WHAT IS REQUIRED> The entries below contain a line with "e15 v15 v15" and a line with "e41 v5 v34 LINE". Quote exactly those two lines and all lines between them.
══ SUPPLIED RECORDS ══
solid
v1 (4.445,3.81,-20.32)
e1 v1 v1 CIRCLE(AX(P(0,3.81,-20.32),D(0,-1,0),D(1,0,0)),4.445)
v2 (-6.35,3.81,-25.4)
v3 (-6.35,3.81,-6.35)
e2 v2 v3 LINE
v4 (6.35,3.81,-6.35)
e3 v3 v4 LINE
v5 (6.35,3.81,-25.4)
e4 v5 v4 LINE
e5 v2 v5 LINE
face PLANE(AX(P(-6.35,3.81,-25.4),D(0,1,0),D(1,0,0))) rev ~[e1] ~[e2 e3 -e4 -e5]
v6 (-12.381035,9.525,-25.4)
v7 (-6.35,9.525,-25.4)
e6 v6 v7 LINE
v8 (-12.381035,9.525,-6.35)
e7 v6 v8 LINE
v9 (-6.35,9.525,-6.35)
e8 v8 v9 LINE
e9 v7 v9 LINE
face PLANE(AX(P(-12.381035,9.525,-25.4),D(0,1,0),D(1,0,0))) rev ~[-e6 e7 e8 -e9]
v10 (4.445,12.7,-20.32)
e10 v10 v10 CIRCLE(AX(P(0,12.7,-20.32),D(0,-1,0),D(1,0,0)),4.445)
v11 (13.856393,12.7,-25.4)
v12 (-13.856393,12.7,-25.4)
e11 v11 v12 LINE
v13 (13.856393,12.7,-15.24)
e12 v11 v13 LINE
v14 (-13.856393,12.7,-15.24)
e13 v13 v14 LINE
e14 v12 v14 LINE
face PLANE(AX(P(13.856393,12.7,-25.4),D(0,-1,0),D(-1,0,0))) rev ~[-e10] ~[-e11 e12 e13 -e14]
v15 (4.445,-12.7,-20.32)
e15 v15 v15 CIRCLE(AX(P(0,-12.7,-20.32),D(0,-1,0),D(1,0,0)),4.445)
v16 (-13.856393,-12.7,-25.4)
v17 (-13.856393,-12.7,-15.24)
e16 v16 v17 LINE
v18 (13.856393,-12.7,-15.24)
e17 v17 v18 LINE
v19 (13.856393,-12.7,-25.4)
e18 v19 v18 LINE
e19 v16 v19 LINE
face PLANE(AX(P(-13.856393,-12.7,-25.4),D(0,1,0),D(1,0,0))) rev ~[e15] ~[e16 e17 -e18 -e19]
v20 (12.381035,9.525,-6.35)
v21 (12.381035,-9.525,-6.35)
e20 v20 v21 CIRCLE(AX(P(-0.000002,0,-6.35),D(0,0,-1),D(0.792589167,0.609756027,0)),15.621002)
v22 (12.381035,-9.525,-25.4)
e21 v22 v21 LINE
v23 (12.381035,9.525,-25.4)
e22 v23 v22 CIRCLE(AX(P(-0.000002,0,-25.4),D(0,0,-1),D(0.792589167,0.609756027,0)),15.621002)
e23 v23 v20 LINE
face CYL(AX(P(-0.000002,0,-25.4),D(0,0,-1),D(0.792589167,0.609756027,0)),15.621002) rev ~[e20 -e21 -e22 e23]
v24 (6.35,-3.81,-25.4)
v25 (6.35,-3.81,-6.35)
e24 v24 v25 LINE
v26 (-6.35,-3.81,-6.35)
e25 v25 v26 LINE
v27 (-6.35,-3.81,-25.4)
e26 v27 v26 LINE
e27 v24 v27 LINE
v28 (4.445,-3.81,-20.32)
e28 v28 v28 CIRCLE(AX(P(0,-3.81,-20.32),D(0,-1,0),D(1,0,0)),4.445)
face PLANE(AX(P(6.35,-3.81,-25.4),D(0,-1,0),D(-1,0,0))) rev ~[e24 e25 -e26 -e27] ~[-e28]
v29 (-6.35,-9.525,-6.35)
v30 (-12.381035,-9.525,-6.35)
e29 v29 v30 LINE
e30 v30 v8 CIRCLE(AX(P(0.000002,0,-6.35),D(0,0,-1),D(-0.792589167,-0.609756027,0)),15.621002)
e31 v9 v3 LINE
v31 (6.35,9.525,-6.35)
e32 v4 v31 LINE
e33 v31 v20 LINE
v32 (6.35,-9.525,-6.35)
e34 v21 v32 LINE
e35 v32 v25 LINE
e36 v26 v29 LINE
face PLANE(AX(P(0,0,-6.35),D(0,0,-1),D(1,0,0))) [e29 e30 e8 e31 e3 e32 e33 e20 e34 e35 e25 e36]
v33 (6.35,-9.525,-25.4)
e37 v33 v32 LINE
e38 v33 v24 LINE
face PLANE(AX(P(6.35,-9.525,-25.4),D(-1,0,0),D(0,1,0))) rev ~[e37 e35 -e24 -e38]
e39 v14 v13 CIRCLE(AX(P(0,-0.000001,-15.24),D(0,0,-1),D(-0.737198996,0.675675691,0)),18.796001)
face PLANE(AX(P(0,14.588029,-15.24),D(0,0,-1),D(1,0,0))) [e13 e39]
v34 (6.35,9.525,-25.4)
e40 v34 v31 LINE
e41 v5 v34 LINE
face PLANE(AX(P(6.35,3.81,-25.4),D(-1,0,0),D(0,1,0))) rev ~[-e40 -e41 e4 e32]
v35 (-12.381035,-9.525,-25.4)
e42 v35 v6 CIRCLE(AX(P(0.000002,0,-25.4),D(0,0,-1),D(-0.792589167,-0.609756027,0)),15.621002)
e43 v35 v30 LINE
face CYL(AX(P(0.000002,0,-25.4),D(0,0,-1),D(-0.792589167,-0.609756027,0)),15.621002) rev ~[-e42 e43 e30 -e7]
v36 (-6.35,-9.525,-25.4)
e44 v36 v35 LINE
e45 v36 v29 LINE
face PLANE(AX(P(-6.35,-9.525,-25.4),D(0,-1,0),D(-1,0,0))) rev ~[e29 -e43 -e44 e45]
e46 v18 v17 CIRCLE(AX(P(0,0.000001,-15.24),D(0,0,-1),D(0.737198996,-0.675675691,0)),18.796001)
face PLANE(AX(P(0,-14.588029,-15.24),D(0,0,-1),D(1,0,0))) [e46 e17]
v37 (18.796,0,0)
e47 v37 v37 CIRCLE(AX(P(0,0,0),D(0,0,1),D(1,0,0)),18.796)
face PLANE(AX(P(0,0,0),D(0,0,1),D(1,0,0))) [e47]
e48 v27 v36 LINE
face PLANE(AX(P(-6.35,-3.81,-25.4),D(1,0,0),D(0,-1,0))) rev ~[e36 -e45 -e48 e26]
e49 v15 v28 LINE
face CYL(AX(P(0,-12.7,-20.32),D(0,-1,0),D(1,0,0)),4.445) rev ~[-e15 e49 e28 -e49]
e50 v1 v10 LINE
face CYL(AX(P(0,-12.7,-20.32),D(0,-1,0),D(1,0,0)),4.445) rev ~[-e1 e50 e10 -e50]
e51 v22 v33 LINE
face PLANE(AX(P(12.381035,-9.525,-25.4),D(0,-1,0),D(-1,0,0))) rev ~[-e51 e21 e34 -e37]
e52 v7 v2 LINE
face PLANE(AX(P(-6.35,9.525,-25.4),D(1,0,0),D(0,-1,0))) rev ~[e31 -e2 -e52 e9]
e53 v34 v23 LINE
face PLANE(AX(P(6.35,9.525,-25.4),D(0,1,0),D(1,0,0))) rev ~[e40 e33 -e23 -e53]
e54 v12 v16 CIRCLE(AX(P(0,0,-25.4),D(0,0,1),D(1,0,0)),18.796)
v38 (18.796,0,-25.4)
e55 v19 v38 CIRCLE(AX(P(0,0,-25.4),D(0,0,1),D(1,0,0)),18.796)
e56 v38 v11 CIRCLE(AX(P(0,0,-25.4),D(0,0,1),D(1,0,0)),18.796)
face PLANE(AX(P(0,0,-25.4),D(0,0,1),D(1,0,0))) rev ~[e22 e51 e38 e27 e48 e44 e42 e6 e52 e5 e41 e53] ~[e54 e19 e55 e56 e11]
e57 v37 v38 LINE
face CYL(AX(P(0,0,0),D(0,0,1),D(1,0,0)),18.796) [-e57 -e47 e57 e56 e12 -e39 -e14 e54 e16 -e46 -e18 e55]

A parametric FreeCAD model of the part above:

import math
import FreeCAD as App
import Part
import Sketcher

V = App.Vector
Q = App.Units.Quantity

doc = App.newDocument("Part")
body = doc.addObject("PartDesign::Body", "Body")

# Sketch on XY plane
sketch1 = doc.addObject("Sketcher::SketchObject", "Sketch")
body.addObject(sketch1)
sketch1.AttachmentSupport = (doc.XY_Plane, [""])
sketch1.MapMode = "FlatFace"
sketch1.addGeometry(Part.Circle(V(0, 0, 0), V(0, 0, 1), 18.796), False)
sketch1.addConstraint(Sketcher.Constraint("Coincident", 0, 3, -1, 1))
sketch1.addConstraint(Sketcher.Constraint("Diameter", 0, Q("1.48 in")))
pad1 = doc.addObject("PartDesign::Pad", "Pad")
body.addObject(pad1)
pad1.Profile = sketch1
pad1.Length = Q("1 in")
pad1.Reversed = True

# Sketch on XY plane
sketch2 = doc.addObject("Sketcher::SketchObject", "Sketch001")
body.addObject(sketch2)
sketch2.AttachmentSupport = (doc.XY_Plane, [""])
sketch2.MapMode = "FlatFace"
sketch2.AttachmentOffset = App.Placement(V(0, 0, -1 * 25.4), App.Rotation())
sketch2.addGeometry(Part.LineSegment(V(13.856393, 12.7, 0), V(-13.856393, 12.7, 0)), False)
sketch2.addGeometry(Part.ArcOfCircle(Part.Circle(V(0, -0.000001, 0), V(0, 0, 1), 18.796001), math.radians(42.506644), math.radians(137.493356)), False)
sketch2.addGeometry(Part.LineSegment(V(-13.856393, -12.7, 0), V(13.856393, -12.7, 0)), False)
sketch2.addGeometry(Part.ArcOfCircle(Part.Circle(V(0, 0.000001, 0), V(0, 0, 1), 18.796001), math.radians(-137.493356), math.radians(-42.506644)), False)
sketch2.addConstraint(Sketcher.Constraint("Coincident", 0, 1, 1, 1))
sketch2.addConstraint(Sketcher.Constraint("Coincident", 1, 2, 0, 2))
sketch2.addConstraint(Sketcher.Constraint("Coincident", 2, 1, 3, 1))
sketch2.addConstraint(Sketcher.Constraint("Coincident", 3, 2, 2, 2))
sketch2.addConstraint(Sketcher.Constraint("Horizontal", 0))
sketch2.addConstraint(Sketcher.Constraint("Horizontal", 2))
sketch2.addConstraint(Sketcher.Constraint("Coincident", 1, 3, -1, 1))
sketch2.addConstraint(Sketcher.Constraint("Coincident", 3, 3, -1, 1))
sketch2.addConstraint(Sketcher.Constraint("Equal", 1, 3))
sketch2.addConstraint(Sketcher.Constraint("Vertical", 1, 2, 2, 1))
sketch2.addConstraint(Sketcher.Constraint("Radius", 1, Q("0.74 in")))
sketch2.addConstraint(Sketcher.Constraint("DistanceY", 2, 1, 1, 2, Q("1 in")))
pocket1 = doc.addObject("PartDesign::Pocket", "Pocket")
body.addObject(pocket1)
pocket1.Profile = sketch2
pocket1.Length = Q("0.4 in")
pocket1.Reversed = True

# Sketch on XY plane
sketch3 = doc.addObject("Sketcher::SketchObject", "Sketch002")
body.addObject(sketch3)
sketch3.AttachmentSupport = (doc.XY_Plane, [""])
sketch3.MapMode = "FlatFace"
sketch3.AttachmentOffset = App.Placement(V(0, 0, -1 * 25.4), App.Rotation())
sketch3.addGeometry(Part.LineSegment(V(-6.35, -9.525, 0), V(-12.381035, -9.525, 0)), False)
sketch3.addGeometry(Part.ArcOfCircle(Part.Circle(V(0.000002, 0, 0), V(0, 0, 1), 15.621002), math.radians(142.428136), math.radians(217.571864)), False)
sketch3.addGeometry(Part.LineSegment(V(-12.381035, 9.525, 0), V(-6.35, 9.525, 0)), False)
sketch3.addGeometry(Part.LineSegment(V(-6.35, 9.525, 0), V(-6.35, 3.81, 0)), False)
sketch3.addGeometry(Part.LineSegment(V(-6.35, 3.81, 0), V(6.35, 3.81, 0)), False)
sketch3.addGeometry(Part.LineSegment(V(6.35, 3.81, 0), V(6.35, 9.525, 0)), False)
sketch3.addGeometry(Part.LineSegment(V(6.35, 9.525, 0), V(12.381035, 9.525, 0)), False)
sketch3.addGeometry(Part.ArcOfCircle(Part.Circle(V(-0.000002, 0, 0), V(0, 0, 1), 15.621002), math.radians(-37.571864), math.radians(37.571864)), False)
sketch3.addGeometry(Part.LineSegment(V(12.381035, -9.525, 0), V(6.35, -9.525, 0)), False)
sketch3.addGeometry(Part.LineSegment(V(6.35, -9.525, 0), V(6.35, -3.81, 0)), False)
sketch3.addGeometry(Part.LineSegment(V(6.35, -3.81, 0), V(-6.35, -3.81, 0)), False)
sketch3.addGeometry(Part.LineSegment(V(-6.35, -3.81, 0), V(-6.35, -9.525, 0)), False)
sketch3.addConstraint(Sketcher.Constraint("Coincident", 0, 2, 1, 2))
sketch3.addConstraint(Sketcher.Constraint("Coincident", 1, 1, 2, 1))
sketch3.addConstraint(Sketcher.Constraint("Coincident", 2, 2, 3, 1))
sketch3.addConstraint(Sketcher.Constraint("Coincident", 3, 2, 4, 1))
sketch3.addConstraint(Sketcher.Constraint("Coincident", 4, 2, 5, 1))
sketch3.addConstraint(Sketcher.Constraint("Coincident", 5, 2, 6, 1))
sketch3.addConstraint(Sketcher.Constraint("Coincident", 6, 2, 7, 2))
sketch3.addConstraint(Sketcher.Constraint("Coincident", 7, 1, 8, 1))
sketch3.addConstraint(Sketcher.Constraint("Coincident", 8, 2, 9, 1))
sketch3.addConstraint(Sketcher.Constraint("Coincident", 9, 2, 10, 1))
sketch3.addConstraint(Sketcher.Constraint("Coincident", 10, 2, 11, 1))
sketch3.addConstraint(Sketcher.Constraint("Coincident", 11, 2, 0, 1))
sketch3.addConstraint(Sketcher.Constraint("Horizontal", 0))
sketch3.addConstraint(Sketcher.Constraint("Horizontal", 2))
sketch3.addConstraint(Sketcher.Constraint("Vertical", 3))
sketch3.addConstraint(Sketcher.Constraint("Horizontal", 4))
sketch3.addConstraint(Sketcher.Constraint("Vertical", 5))
sketch3.addConstraint(Sketcher.Constraint("Horizontal", 6))
sketch3.addConstraint(Sketcher.Constraint("Horizontal", 8))
sketch3.addConstraint(Sketcher.Constraint("Vertical", 9))
sketch3.addConstraint(Sketcher.Constraint("Horizontal", 10))
sketch3.addConstraint(Sketcher.Constraint("Vertical", 11))
sketch3.addConstraint(Sketcher.Constraint("Coincident", 1, 3, -1, 1))
sketch3.addConstraint(Sketcher.Constraint("Coincident", 7, 3, -1, 1))
sketch3.addConstraint(Sketcher.Constraint("Equal", 1, 7))
sketch3.addConstraint(Sketcher.Constraint("Symmetric", 2, 2, 8, 2, -1, 1))
sketch3.addConstraint(Sketcher.Constraint("Symmetric", 4, 2, 10, 2, -1, 1))
sketch3.addConstraint(Sketcher.Constraint("Symmetric", 2, 2, 5, 2, -2))
sketch3.addConstraint(Sketcher.Constraint("Horizontal", 0, 2, 7, 1))
sketch3.addConstraint(Sketcher.Constraint("DistanceX", 4, 1, 4, 2, Q("0.5 in")))
sketch3.addConstraint(Sketcher.Constraint("Radius", 1, Q("0.6150001 in")))
sketch3.addConstraint(Sketcher.Constraint("DistanceY", 9, 2, 4, 2, Q("0.3 in")))
sketch3.addConstraint(Sketcher.Constraint("DistanceY", 3, 2, 3, 1, Q("0.225 in")))
pocket2 = doc.addObject("PartDesign::Pocket", "Pocket001")
body.addObject(pocket2)
pocket2.Profile = sketch3
pocket2.Length = Q("0.75 in")
pocket2.Reversed = True

# Sketch on XZ plane
sketch4 = doc.addObject("Sketcher::SketchObject", "Sketch003")
body.addObject(sketch4)
sketch4.AttachmentSupport = (doc.XZ_Plane, [""])
sketch4.MapMode = "FlatFace"
sketch4.AttachmentOffset = App.Placement(V(0, 0, 0.5 * 25.4), App.Rotation())
sketch4.addGeometry(Part.Circle(V(0, -20.32, 0), V(0, 0, 1), 4.445), False)
sketch4.addConstraint(Sketcher.Constraint("PointOnObject", 0, 3, -2))
sketch4.addConstraint(Sketcher.Constraint("Diameter", 0, Q("0.35 in")))
sketch4.addConstraint(Sketcher.Constraint("DistanceY", 0, 3, -1, 1, Q("0.8 in")))
pocket3 = doc.addObject("PartDesign::Pocket", "Pocket002")
body.addObject(pocket3)
pocket3.Profile = sketch4
pocket3.Type = "ThroughAll"

doc.recompute()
═══
EXPECTED ANSWER>
e15 v15 v15 CIRCLE(AX(P(0,-12.7,-20.32),D(0,-1,0),D(1,0,0)),4.445)
v16 (-13.856393,-12.7,-25.4)
v17 (-13.856393,-12.7,-15.24)
e16 v16 v17 LINE
v18 (13.856393,-12.7,-15.24)
e17 v17 v18 LINE
v19 (13.856393,-12.7,-25.4)
e18 v19 v18 LINE
e19 v16 v19 LINE
face PLANE(AX(P(-13.856393,-12.7,-25.4),D(0,1,0),D(1,0,0))) rev ~[e15] ~[e16 e17 -e18 -e19]
v20 (12.381035,9.525,-6.35)
v21 (12.381035,-9.525,-6.35)
e20 v20 v21 CIRCLE(AX(P(-0.000002,0,-6.35),D(0,0,-1),D(0.792589167,0.609756027,0)),15.621002)
v22 (12.381035,-9.525,-25.4)
e21 v22 v21 LINE
v23 (12.381035,9.525,-25.4)
e22 v23 v22 CIRCLE(AX(P(-0.000002,0,-25.4),D(0,0,-1),D(0.792589167,0.609756027,0)),15.621002)
e23 v23 v20 LINE
face CYL(AX(P(-0.000002,0,-25.4),D(0,0,-1),D(0.792589167,0.609756027,0)),15.621002) rev ~[e20 -e21 -e22 e23]
v24 (6.35,-3.81,-25.4)
v25 (6.35,-3.81,-6.35)
e24 v24 v25 LINE
v26 (-6.35,-3.81,-6.35)
e25 v25 v26 LINE
v27 (-6.35,-3.81,-25.4)
e26 v27 v26 LINE
e27 v24 v27 LINE
v28 (4.445,-3.81,-20.32)
e28 v28 v28 CIRCLE(AX(P(0,-3.81,-20.32),D(0,-1,0),D(1,0,0)),4.445)
face PLANE(AX(P(6.35,-3.81,-25.4),D(0,-1,0),D(-1,0,0))) rev ~[e24 e25 -e26 -e27] ~[-e28]
v29 (-6.35,-9.525,-6.35)
v30 (-12.381035,-9.525,-6.35)
e29 v29 v30 LINE
e30 v30 v8 CIRCLE(AX(P(0.000002,0,-6.35),D(0,0,-1),D(-0.792589167,-0.609756027,0)),15.621002)
e31 v9 v3 LINE
v31 (6.35,9.525,-6.35)
e32 v4 v31 LINE
e33 v31 v20 LINE
v32 (6.35,-9.525,-6.35)
e34 v21 v32 LINE
e35 v32 v25 LINE
e36 v26 v29 LINE
face PLANE(AX(P(0,0,-6.35),D(0,0,-1),D(1,0,0))) [e29 e30 e8 e31 e3 e32 e33 e20 e34 e35 e25 e36]
v33 (6.35,-9.525,-25.4)
e37 v33 v32 LINE
e38 v33 v24 LINE
face PLANE(AX(P(6.35,-9.525,-25.4),D(-1,0,0),D(0,1,0))) rev ~[e37 e35 -e24 -e38]
e39 v14 v13 CIRCLE(AX(P(0,-0.000001,-15.24),D(0,0,-1),D(-0.737198996,0.675675691,0)),18.796001)
face PLANE(AX(P(0,14.588029,-15.24),D(0,0,-1),D(1,0,0))) [e13 e39]
v34 (6.35,9.525,-25.4)
e40 v34 v31 LINE
e41 v5 v34 LINE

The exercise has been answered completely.